→ **TASK INSTRUCTIONS**: Nothing is needed except the lines below that run from the one with "e14 v14 v15 LINE" through the one with "v23 (65,25,-120)", repeated exactly.
═════ DATA RECORDS ═════
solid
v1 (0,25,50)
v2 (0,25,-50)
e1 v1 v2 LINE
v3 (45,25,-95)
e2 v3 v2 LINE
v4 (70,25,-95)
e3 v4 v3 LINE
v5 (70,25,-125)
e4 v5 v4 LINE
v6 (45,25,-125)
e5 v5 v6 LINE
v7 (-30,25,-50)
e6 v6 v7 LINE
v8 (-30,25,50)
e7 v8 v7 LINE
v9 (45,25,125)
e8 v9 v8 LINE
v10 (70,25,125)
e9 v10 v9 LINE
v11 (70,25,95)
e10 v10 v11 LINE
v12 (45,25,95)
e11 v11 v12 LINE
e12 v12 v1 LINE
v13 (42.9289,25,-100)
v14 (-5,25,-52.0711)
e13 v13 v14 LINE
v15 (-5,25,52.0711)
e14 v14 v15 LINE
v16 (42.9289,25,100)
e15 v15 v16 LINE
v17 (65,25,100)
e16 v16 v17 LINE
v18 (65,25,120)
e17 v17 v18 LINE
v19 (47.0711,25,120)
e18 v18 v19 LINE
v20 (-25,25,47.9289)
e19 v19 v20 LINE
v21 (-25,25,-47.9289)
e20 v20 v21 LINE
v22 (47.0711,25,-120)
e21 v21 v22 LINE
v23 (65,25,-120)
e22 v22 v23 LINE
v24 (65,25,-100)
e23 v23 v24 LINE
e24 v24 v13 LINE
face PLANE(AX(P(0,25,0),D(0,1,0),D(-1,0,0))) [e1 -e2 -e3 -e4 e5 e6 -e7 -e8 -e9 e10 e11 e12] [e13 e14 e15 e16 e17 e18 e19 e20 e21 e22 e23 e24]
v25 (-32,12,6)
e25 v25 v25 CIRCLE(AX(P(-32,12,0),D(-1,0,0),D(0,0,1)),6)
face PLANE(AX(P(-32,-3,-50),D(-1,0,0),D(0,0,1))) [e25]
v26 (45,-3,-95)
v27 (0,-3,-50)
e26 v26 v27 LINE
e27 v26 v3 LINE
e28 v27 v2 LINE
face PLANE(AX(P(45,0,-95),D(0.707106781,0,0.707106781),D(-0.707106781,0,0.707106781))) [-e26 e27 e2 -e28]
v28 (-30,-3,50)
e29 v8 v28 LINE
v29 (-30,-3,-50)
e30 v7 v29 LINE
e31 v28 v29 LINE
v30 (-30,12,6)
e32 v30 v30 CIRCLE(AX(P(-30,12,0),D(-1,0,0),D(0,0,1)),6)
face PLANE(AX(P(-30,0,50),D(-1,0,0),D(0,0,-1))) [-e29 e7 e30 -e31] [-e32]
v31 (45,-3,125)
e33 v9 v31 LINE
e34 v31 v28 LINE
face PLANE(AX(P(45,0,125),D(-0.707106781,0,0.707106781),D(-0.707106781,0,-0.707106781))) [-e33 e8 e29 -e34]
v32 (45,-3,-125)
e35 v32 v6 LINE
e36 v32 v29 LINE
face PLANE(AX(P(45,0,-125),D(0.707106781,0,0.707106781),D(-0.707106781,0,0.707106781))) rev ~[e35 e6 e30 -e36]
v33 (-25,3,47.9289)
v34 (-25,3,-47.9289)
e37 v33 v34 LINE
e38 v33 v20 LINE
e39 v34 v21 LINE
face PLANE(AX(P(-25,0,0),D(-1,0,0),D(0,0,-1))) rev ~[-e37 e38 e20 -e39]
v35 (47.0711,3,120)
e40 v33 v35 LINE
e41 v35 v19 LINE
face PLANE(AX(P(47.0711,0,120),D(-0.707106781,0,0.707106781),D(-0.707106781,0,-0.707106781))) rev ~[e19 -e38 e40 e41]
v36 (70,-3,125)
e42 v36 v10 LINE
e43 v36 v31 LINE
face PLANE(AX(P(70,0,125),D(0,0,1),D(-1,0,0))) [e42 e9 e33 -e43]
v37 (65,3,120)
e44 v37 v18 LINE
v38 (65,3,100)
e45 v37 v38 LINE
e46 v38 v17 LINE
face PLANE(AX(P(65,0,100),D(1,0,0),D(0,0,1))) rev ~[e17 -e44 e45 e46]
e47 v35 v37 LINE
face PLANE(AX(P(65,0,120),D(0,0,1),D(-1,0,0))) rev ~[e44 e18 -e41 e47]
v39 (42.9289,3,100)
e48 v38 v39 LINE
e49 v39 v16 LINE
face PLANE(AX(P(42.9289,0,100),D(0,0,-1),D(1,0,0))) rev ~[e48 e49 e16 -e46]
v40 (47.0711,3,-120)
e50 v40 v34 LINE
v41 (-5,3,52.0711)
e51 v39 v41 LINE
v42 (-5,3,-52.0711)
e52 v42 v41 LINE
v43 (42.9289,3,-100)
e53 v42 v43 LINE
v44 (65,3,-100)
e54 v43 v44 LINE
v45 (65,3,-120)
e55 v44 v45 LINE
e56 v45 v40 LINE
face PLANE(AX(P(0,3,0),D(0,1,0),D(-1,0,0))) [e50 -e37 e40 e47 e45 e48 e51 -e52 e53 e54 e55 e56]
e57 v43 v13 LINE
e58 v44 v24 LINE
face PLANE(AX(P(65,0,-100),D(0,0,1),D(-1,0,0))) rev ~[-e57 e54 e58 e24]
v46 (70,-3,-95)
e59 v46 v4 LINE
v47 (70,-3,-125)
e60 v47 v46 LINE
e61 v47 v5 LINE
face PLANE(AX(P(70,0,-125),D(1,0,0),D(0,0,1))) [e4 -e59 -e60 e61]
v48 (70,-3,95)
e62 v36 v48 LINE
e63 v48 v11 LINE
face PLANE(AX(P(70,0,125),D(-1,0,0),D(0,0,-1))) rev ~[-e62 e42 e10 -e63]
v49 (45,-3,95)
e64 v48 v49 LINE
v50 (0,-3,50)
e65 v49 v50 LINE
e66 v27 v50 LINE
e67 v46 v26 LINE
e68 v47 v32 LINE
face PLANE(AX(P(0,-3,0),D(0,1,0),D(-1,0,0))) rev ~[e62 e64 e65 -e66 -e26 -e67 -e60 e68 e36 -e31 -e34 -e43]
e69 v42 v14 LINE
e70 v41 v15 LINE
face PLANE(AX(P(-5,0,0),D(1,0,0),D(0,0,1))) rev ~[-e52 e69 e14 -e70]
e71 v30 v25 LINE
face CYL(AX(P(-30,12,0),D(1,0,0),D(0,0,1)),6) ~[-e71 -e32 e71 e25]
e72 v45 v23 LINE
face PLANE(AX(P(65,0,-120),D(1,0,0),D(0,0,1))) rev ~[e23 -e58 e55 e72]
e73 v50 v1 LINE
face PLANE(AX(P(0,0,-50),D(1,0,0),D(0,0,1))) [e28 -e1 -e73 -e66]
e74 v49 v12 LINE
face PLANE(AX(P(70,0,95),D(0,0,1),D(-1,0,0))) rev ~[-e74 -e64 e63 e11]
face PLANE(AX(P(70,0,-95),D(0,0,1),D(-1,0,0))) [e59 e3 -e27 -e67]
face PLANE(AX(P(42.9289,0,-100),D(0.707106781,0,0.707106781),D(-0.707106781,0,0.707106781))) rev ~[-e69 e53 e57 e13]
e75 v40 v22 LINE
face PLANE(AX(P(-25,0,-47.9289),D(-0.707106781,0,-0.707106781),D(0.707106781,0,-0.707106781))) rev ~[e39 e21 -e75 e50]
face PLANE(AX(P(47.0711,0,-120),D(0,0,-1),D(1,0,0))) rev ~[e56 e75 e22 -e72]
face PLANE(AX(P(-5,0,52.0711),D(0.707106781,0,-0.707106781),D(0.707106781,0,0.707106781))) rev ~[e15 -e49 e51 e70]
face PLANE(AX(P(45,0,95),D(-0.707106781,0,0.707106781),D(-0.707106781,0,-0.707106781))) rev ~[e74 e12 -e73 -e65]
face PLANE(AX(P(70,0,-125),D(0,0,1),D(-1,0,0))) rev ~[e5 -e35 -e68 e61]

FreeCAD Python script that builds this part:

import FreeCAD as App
import Part
import Sketcher


def add_polygon(sketch, points):
    """Adds a closed chain of lines whose ends are joined by coincident constraints."""
    first, n = sketch.GeometryCount, len(points)
    for a, b in zip(points, points[1:] + points[:1]):
        sketch.addGeometry(Part.LineSegment(App.Vector(*a, 0), App.Vector(*b, 0)), False)
    for i in range(n):
        sketch.addConstraint(Sketcher.Constraint("Coincident", first + i, 2, first + (i + 1) % n, 1))

doc = App.newDocument("Part")
body = doc.addObject("PartDesign::Body", "Body")

# Sketch on XZ plane
sketch1 = body.newObject("Sketcher::SketchObject", "Sketch")
sketch1.AttachmentSupport = (doc.getObject("XZ_Plane"), [""])
sketch1.MapMode = "FlatFace"
add_polygon(sketch1, [(45, 125), (70, 125), (70, 95), (45, 95), (0, 50), (0, -50), (45, -95), (70, -95), (70, -125), (45, -125), (-30, -50), (-30, 50)])  # lines 0-11
sketch1.addConstraint(Sketcher.Constraint("Horizontal", 0))
sketch1.addConstraint(Sketcher.Constraint("Vertical", 1))
sketch1.addConstraint(Sketcher.Constraint("Horizontal", 2))
sketch1.addConstraint(Sketcher.Constraint("Vertical", 4))
sketch1.addConstraint(Sketcher.Constraint("Horizontal", 6))
sketch1.addConstraint(Sketcher.Constraint("Vertical", 7))
sketch1.addConstraint(Sketcher.Constraint("Horizontal", 8))
sketch1.addConstraint(Sketcher.Constraint("Vertical", 10))
sketch1.addConstraint(Sketcher.Constraint("Symmetric", 3, 2, 4, 2, -1, 1))
sketch1.addConstraint(Sketcher.Constraint("Symmetric", 2, 2, 5, 2, -1))
sketch1.addConstraint(Sketcher.Constraint("Symmetric", 0, 2, 7, 2, -1))
sketch1.addConstraint(Sketcher.Constraint("Perpendicular", 3, 5))
sketch1.addConstraint(Sketcher.Constraint("Parallel", 5, 9))
sketch1.addConstraint(Sketcher.Constraint("Perpendicular", 9, 11))
sketch1.addConstraint(Sketcher.Constraint("Horizontal", 4, 2, 9, 2))
sketch1.addConstraint(Sketcher.Constraint("Horizontal", 3, 2, 10, 2))
sketch1.addConstraint(Sketcher.Constraint("Vertical", 5, 2, 8, 2))
sketch1.addConstraint(Sketcher.Constraint("DistanceX", 0, 1, 0, 2, 25.0))
sketch1.addConstraint(Sketcher.Constraint("DistanceY", 1, 2, 1, 1, 30.0))
sketch1.addConstraint(Sketcher.Constraint("DistanceY", 4, 2, 4, 1, 100.0))
sketch1.addConstraint(Sketcher.Constraint("DistanceY", -1, 1, 0, 2, 125.0))
pad1 = body.newObject("PartDesign::Pad", "Pad")
pad1.Profile = sketch1
pad1.Length = 6
pad1.Midplane = True

# Sketch on XZ plane
sketch2 = body.newObject("Sketcher::SketchObject", "Sketch001")
sketch2.AttachmentSupport = (doc.getObject("XZ_Plane"), [""])
sketch2.MapMode = "FlatFace"
add_polygon(sketch2, [(45, 125), (70, 125), (70, 95), (45, 95), (0, 50), (0, -50), (45, -95), (70, -95), (70, -125), (45, -125), (-30, -50), (-30, 50)])  # lines 0-11
add_polygon(sketch2, [(-5, 52.0711), (42.9289, 100), (65, 100), (65, 120), (47.0711, 120), (-25, 47.9289), (-25, -47.9289), (47.0711, -120), (65, -120), (65, -100), (42.9289, -100), (-5, -52.0711)])  # lines 12-23
sketch2.addConstraint(Sketcher.Constraint("Horizontal", 0))
sketch2.addConstraint(Sketcher.Constraint("Vertical", 1))
sketch2.addConstraint(Sketcher.Constraint("Horizontal", 2))
sketch2.addConstraint(Sketcher.Constraint("Vertical", 4))
sketch2.addConstraint(Sketcher.Constraint("Horizontal", 6))
sketch2.addConstraint(Sketcher.Constraint("Vertical", 7))
sketch2.addConstraint(Sketcher.Constraint("Horizontal", 8))
sketch2.addConstraint(Sketcher.Constraint("Vertical", 10))
sketch2.addConstraint(Sketcher.Constraint("Horizontal", 13))
sketch2.addConstraint(Sketcher.Constraint("Vertical", 14))
sketch2.addConstraint(Sketcher.Constraint("Horizontal", 15))
sketch2.addConstraint(Sketcher.Constraint("Vertical", 17))
sketch2.addConstraint(Sketcher.Constraint("Horizontal", 19))
sketch2.addConstraint(Sketcher.Constraint("Vertical", 20))
sketch2.addConstraint(Sketcher.Constraint("Horizontal", 21))
sketch2.addConstraint(Sketcher.Constraint("Vertical", 23))
sketch2.addConstraint(Sketcher.Constraint("Symmetric", 3, 2, 4, 2, -1, 1))
sketch2.addConstraint(Sketcher.Constraint("Symmetric", 2, 2, 5, 2, -1))
sketch2.addConstraint(Sketcher.Constraint("Symmetric", 0, 2, 7, 2, -1))
sketch2.addConstraint(Sketcher.Constraint("Symmetric", 15, 2, 18, 2, -1))
sketch2.addConstraint(Sketcher.Constraint("Symmetric", 13, 2, 20, 2, -1))
sketch2.addConstraint(Sketcher.Constraint("Perpendicular", 3, 5))
sketch2.addConstraint(Sketcher.Constraint("Parallel", 5, 9))
sketch2.addConstraint(Sketcher.Constraint("Perpendicular", 9, 11))
sketch2.addConstraint(Sketcher.Constraint("Parallel", 11, 12))
sketch2.addConstraint(Sketcher.Constraint("Parallel", 12, 16))
sketch2.addConstraint(Sketcher.Constraint("Perpendicular", 16, 18))
sketch2.addConstraint(Sketcher.Constraint("Parallel", 18, 22))
sketch2.addConstraint(Sketcher.Constraint("Horizontal", 4, 2, 9, 2))
sketch2.addConstraint(Sketcher.Constraint("Horizontal", 3, 2, 10, 2))
sketch2.addConstraint(Sketcher.Constraint("Vertical", 5, 2, 8, 2))
sketch2.addConstraint(Sketcher.Constraint("Vertical", 12, 2, 21, 2))
sketch2.addConstraint(Sketcher.Constraint("DistanceX", 0, 1, 0, 2, 25.0))
sketch2.addConstraint(Sketcher.Constraint("DistanceY", 1, 2, 1, 1, 30.0))
sketch2.addConstraint(Sketcher.Constraint("DistanceY", 4, 2, 4, 1, 100.0))
sketch2.addConstraint(Sketcher.Constraint("DistanceY", 14, 1, 14, 2, 20.0))
sketch2.addConstraint(Sketcher.Constraint("DistanceY", -1, 1, 0, 2, 125.0))
sketch2.addConstraint(Sketcher.Constraint("DistanceY", -1, 1, 12, 2, 100.0))
sketch2.addConstraint(Sketcher.Constraint("DistanceX", 16, 2, -1, 1, 25.0))
sketch2.addConstraint(Sketcher.Constraint("DistanceX", 2, 2, 13, 2, 20.0))
sketch2.addConstraint(Sketcher.Constraint("DistanceX", 17, 2, 22, 2, 20.0))
sketch2.addConstraint(Sketcher.Constraint("DistanceX", 13, 1, 13, 2, 22.071))
sketch2.addConstraint(Sketcher.Constraint("DistanceX", 15, 2, 15, 1, 17.929))
pad2 = body.newObject("PartDesign::Pad", "Pad001")
pad2.Profile = sketch2
pad2.Length = 25
pad2.Reversed = True

# Sketch on YZ plane
sketch3 = body.newObject("Sketcher::SketchObject", "Sketch002")
sketch3.AttachmentSupport = (doc.getObject("YZ_Plane"), [""])
sketch3.MapMode = "FlatFace"
sketch3.AttachmentOffset = App.Placement(App.Vector(0, 0, -30), App.Rotation())
sketch3.addGeometry(Part.Circle(App.Vector(12, 0, 0), App.Vector(0, 0, 1), 6), False)
sketch3.addConstraint(Sketcher.Constraint("PointOnObject", 0, 3, -1))
sketch3.addConstraint(Sketcher.Constraint("Diameter", 0, 12.0))
sketch3.addConstraint(Sketcher.Constraint("DistanceX", -1, 1, 0, 3, 12.0))
pad3 = body.newObject("PartDesign::Pad", "Pad002")
pad3.Profile = sketch3
pad3.Length = 2
pad3.Reversed = True

doc.recompute()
═════
→ **ANSWER TO THIS EXERCISE**:
e14 v14 v15 LINE
v16 (42.9289,25,100)
e15 v15 v16 LINE
v17 (65,25,100)
e16 v16 v17 LINE
v18 (65,25,120)
e17 v17 v18 LINE
v19 (47.0711,25,120)
e18 v18 v19 LINE
v20 (-25,25,47.9289)
e19 v19 v20 LINE
v21 (-25,25,-47.9289)
e20 v20 v21 LINE
v22 (47.0711,25,-120)
e21 v21 v22 LINE
v23 (65,25,-120)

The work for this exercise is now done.